Gradients for model parameters could be accessed directly (e.g. self.conv1.weight.grad). What about gradients for activations?
I use ReLU activations, so I technically I could use gradients for biases. The problem is I don’t use biases in my network. So, short of computing the entire chain of gradients manually, is there a way to get them from autograd?
Why do I need them? I want to use a learnable threshold for ReLU clipping:
relu1 = torch.where(relu1 > thr, thr, relu1)
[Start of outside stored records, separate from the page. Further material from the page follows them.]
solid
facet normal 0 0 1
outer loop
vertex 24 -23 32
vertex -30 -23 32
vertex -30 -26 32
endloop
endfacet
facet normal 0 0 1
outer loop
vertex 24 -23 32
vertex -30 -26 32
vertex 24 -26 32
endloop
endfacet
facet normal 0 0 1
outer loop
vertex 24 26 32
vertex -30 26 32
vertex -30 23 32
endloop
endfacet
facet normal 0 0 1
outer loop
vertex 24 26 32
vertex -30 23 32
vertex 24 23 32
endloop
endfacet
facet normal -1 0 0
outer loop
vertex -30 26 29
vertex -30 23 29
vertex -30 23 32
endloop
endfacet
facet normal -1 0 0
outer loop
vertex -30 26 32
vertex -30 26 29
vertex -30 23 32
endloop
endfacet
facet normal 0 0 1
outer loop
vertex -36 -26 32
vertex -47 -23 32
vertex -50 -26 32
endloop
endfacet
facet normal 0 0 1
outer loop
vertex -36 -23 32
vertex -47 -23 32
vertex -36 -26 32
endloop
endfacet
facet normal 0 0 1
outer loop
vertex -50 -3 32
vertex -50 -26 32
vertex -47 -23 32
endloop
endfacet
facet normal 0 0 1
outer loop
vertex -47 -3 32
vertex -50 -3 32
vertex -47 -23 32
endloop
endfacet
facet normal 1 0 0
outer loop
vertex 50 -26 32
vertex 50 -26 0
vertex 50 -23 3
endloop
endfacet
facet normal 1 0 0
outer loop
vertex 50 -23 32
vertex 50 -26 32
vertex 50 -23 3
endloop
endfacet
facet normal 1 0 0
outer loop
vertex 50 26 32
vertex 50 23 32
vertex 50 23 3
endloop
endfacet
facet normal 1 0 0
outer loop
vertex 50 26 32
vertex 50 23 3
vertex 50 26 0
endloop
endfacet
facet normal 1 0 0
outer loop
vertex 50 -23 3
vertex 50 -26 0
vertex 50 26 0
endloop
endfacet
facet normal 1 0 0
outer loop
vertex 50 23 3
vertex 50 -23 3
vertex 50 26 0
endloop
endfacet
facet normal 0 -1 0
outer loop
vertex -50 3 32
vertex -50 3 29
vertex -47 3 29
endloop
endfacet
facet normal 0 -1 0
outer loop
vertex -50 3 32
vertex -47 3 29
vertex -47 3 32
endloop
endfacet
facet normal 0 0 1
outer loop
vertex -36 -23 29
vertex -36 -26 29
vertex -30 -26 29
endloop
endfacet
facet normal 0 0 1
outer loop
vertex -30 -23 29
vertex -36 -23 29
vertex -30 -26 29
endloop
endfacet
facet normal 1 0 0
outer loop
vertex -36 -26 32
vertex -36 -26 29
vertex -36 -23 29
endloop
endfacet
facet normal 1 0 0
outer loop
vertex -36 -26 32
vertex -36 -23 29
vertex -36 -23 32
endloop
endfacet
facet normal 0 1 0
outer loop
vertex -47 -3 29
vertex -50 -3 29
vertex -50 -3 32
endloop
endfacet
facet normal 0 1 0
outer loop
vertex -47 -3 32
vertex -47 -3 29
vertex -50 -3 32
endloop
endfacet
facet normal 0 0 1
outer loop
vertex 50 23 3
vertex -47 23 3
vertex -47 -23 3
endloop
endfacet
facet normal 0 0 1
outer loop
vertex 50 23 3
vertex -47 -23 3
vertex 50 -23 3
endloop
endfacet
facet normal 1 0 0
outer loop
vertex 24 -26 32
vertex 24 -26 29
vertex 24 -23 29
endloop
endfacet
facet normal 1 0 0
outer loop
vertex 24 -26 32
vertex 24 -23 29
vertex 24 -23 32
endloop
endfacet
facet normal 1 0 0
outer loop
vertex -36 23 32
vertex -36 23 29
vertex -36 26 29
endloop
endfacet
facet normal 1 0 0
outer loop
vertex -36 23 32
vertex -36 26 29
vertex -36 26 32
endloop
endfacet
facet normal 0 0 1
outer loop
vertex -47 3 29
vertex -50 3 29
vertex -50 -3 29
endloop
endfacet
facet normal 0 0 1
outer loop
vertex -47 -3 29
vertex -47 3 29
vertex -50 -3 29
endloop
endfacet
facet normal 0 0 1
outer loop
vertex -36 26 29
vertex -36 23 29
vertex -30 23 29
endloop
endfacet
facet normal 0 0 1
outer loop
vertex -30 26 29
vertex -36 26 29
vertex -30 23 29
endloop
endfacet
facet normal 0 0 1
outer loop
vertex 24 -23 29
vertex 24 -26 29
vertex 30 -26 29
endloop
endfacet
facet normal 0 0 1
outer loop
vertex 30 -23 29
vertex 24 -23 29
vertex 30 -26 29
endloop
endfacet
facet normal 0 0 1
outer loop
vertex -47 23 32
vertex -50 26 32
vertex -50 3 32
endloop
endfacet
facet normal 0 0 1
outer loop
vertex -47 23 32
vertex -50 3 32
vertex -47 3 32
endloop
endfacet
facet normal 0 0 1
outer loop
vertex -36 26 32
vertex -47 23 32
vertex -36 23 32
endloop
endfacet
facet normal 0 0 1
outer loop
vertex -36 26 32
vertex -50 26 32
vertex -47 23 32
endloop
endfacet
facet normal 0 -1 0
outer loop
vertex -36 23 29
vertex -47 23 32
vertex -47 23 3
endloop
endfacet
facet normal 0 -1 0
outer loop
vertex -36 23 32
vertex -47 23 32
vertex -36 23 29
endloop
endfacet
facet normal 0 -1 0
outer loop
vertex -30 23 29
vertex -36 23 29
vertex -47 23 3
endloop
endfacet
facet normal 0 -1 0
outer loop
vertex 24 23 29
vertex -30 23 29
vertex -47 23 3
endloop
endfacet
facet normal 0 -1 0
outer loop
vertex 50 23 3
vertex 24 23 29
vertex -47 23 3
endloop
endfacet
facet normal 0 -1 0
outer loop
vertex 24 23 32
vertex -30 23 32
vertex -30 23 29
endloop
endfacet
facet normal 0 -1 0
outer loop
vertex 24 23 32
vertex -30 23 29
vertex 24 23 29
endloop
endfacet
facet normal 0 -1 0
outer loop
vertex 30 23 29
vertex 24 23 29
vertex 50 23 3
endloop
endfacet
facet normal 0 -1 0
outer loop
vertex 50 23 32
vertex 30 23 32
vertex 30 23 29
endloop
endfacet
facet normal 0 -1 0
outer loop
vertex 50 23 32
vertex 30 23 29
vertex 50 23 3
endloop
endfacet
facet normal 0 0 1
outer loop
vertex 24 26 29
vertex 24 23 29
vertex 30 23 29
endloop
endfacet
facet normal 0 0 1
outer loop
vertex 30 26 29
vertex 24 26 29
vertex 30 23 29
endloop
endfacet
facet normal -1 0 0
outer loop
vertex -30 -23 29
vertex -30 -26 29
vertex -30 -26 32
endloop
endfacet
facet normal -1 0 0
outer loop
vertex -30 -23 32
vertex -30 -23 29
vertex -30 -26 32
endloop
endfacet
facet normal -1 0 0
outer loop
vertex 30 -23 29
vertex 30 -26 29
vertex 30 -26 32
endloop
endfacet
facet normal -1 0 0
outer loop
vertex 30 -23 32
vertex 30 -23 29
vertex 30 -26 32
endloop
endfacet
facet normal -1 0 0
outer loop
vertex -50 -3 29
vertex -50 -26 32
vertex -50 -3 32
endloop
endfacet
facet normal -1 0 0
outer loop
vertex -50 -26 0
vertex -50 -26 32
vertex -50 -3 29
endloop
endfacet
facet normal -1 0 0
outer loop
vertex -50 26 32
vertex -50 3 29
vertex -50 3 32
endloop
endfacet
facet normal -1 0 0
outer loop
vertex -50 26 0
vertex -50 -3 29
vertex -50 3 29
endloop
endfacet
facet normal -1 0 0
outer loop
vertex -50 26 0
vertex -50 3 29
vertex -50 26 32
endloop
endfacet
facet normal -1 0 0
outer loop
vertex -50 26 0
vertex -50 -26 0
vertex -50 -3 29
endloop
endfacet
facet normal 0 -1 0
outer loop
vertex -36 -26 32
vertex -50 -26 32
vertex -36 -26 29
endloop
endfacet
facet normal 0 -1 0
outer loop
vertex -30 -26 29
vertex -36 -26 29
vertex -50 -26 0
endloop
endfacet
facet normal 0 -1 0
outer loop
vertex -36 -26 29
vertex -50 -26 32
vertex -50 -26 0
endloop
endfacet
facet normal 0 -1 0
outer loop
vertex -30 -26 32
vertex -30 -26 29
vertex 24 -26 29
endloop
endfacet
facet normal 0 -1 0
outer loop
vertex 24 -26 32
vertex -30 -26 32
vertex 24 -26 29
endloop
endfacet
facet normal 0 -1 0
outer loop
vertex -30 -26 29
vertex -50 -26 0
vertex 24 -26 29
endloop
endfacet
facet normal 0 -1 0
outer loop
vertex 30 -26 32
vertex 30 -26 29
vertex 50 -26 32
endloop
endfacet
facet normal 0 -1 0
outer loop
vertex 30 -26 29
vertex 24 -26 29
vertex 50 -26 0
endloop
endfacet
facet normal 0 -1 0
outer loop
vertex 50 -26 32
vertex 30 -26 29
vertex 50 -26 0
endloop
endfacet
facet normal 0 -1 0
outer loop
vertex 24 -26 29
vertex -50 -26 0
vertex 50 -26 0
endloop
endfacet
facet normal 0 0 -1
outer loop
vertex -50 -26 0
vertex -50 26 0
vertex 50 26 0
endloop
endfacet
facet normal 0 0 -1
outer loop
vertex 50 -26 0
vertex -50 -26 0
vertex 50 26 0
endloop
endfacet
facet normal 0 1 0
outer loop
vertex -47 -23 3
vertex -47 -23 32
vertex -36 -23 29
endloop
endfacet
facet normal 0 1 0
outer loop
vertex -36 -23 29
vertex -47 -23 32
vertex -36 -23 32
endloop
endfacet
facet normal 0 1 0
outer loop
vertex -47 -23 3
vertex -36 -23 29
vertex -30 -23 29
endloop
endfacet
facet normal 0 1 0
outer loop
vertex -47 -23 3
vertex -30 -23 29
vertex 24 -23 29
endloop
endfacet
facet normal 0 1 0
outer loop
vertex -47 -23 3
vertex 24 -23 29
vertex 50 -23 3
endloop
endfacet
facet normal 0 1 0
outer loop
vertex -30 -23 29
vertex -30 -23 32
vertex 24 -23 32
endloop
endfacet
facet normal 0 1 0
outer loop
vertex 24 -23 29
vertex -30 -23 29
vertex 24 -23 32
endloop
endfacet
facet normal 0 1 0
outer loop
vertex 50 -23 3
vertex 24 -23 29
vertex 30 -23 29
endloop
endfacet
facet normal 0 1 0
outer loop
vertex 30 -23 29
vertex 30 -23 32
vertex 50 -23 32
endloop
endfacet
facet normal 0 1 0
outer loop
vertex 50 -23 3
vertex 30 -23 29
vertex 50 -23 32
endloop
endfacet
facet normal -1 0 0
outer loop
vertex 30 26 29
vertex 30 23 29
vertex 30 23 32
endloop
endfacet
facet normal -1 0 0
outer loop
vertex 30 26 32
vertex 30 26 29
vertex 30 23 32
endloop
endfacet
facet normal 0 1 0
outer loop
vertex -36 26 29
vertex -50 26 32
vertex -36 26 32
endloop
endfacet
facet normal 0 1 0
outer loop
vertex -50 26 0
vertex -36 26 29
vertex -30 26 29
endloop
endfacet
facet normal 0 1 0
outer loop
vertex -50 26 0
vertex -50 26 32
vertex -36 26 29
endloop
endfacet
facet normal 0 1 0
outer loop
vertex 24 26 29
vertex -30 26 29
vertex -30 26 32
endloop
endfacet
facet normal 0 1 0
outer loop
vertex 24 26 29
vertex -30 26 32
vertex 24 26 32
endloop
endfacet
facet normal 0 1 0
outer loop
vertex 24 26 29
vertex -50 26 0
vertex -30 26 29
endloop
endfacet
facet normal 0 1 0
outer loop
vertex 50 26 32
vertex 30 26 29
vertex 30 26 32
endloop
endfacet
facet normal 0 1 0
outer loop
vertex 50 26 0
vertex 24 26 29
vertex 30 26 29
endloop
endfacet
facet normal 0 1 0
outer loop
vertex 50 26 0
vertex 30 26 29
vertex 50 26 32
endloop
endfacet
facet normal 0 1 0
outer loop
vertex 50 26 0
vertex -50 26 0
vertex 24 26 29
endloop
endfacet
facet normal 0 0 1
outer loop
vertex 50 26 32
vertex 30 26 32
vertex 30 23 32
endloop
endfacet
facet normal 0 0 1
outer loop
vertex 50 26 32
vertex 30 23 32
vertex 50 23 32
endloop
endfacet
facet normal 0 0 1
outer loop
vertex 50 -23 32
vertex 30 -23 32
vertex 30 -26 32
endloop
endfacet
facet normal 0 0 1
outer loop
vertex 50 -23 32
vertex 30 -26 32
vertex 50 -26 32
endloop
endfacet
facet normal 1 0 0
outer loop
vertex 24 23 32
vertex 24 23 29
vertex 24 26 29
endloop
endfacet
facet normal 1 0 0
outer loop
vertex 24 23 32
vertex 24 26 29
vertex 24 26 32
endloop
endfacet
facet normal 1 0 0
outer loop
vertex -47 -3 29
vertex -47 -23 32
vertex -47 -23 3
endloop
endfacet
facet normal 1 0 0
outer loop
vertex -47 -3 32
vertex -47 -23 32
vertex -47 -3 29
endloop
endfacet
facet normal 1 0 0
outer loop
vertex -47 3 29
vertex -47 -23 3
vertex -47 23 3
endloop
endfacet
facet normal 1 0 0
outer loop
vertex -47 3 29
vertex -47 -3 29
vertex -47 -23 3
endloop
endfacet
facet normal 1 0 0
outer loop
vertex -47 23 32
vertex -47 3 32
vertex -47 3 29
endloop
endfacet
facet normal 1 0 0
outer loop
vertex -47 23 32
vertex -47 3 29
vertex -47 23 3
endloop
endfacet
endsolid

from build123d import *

# Parameters (mm, degrees)
F0_W     = 100
F0_H     = 52
F1_DEPTH = 32
F2_W     = 97
F2_H     = 46
F3_DEPTH = 29
F4_W     = 6
F4_H     = 3
F5_DEPTH = 52.001
F6_W     = 6
F6_H     = 3
F7_DEPTH = 52.001
F8_W     = 6
F8_H     = 3
F9_DEPTH = 100.001


with BuildPart() as f1:
    # F0 (on Top) → F1 (new body)
    with BuildSketch(Plane.XY):
        Rectangle(F0_W, F0_H)
    extrude(amount=F1_DEPTH)

    # F2 (on face) → F3 (cut)
    with BuildSketch(Plane.XY.offset(32)):
        with Locations((1.5, 0)):
            Rectangle(F2_W, F2_H)
    extrude(amount=-F3_DEPTH, mode=Mode.SUBTRACT)

    # F4 (on face) → F5 (cut, through all)
    with BuildSketch(Plane.XZ.offset(26)):
        with Locations((-33, 30.5)):
            Rectangle(F4_W, F4_H)
    extrude(amount=-F5_DEPTH, mode=Mode.SUBTRACT)

    # F6 (on face) → F7 (cut, through all)
    with BuildSketch(Plane.XZ.offset(26)):
        with Locations((27, 30.5)):
            Rectangle(F6_W, F6_H)
    extrude(amount=-F7_DEPTH, mode=Mode.SUBTRACT)

    # F8 (on face) → F9 (cut, through all)
    with BuildSketch(Plane(origin=(-50, 0, 0), x_dir=(0, -1, 0), z_dir=(-1, 0, 0))):
        with Locations((0, 30.5)):
            Rectangle(F8_W, F8_H)
    extrude(amount=-F9_DEPTH, mode=Mode.SUBTRACT)


solid = f1.part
where thr is a trainable model parameter. The threshold function is not differentiable, so I want to estimate its gradient from the gradients of the activations. The gradient for thr should be proportional to the sum of gradients for all activations.
I also tried print(torch.autograd.grad(loss, relu1)) after loss.backward(retain_graph=True) and that works, but if I understand this correctly, it repeats the backward pass, so retain_grad() method should be more efficient, right?
The “.grad” field is only populated when you call .backward(). Just after creation of the Tensor it will always be None.
You will need to save the “relu1” value in some way. Like in self. or return it or in a global. And then print relu1.grad after calling backward().
I am stuck at the same problem. Could you please explain how did you accessed the gradients after calling loss.backward() (or if possible, share your script) ? It would be of great help.
@albanD Sir, I have tried saving the gradients of ReLU using a variable in forward function (shown below). However, when I print it after calling model(), it prints None, as you mentioned. However, when I print it after calling loss.backward(), I get nothing.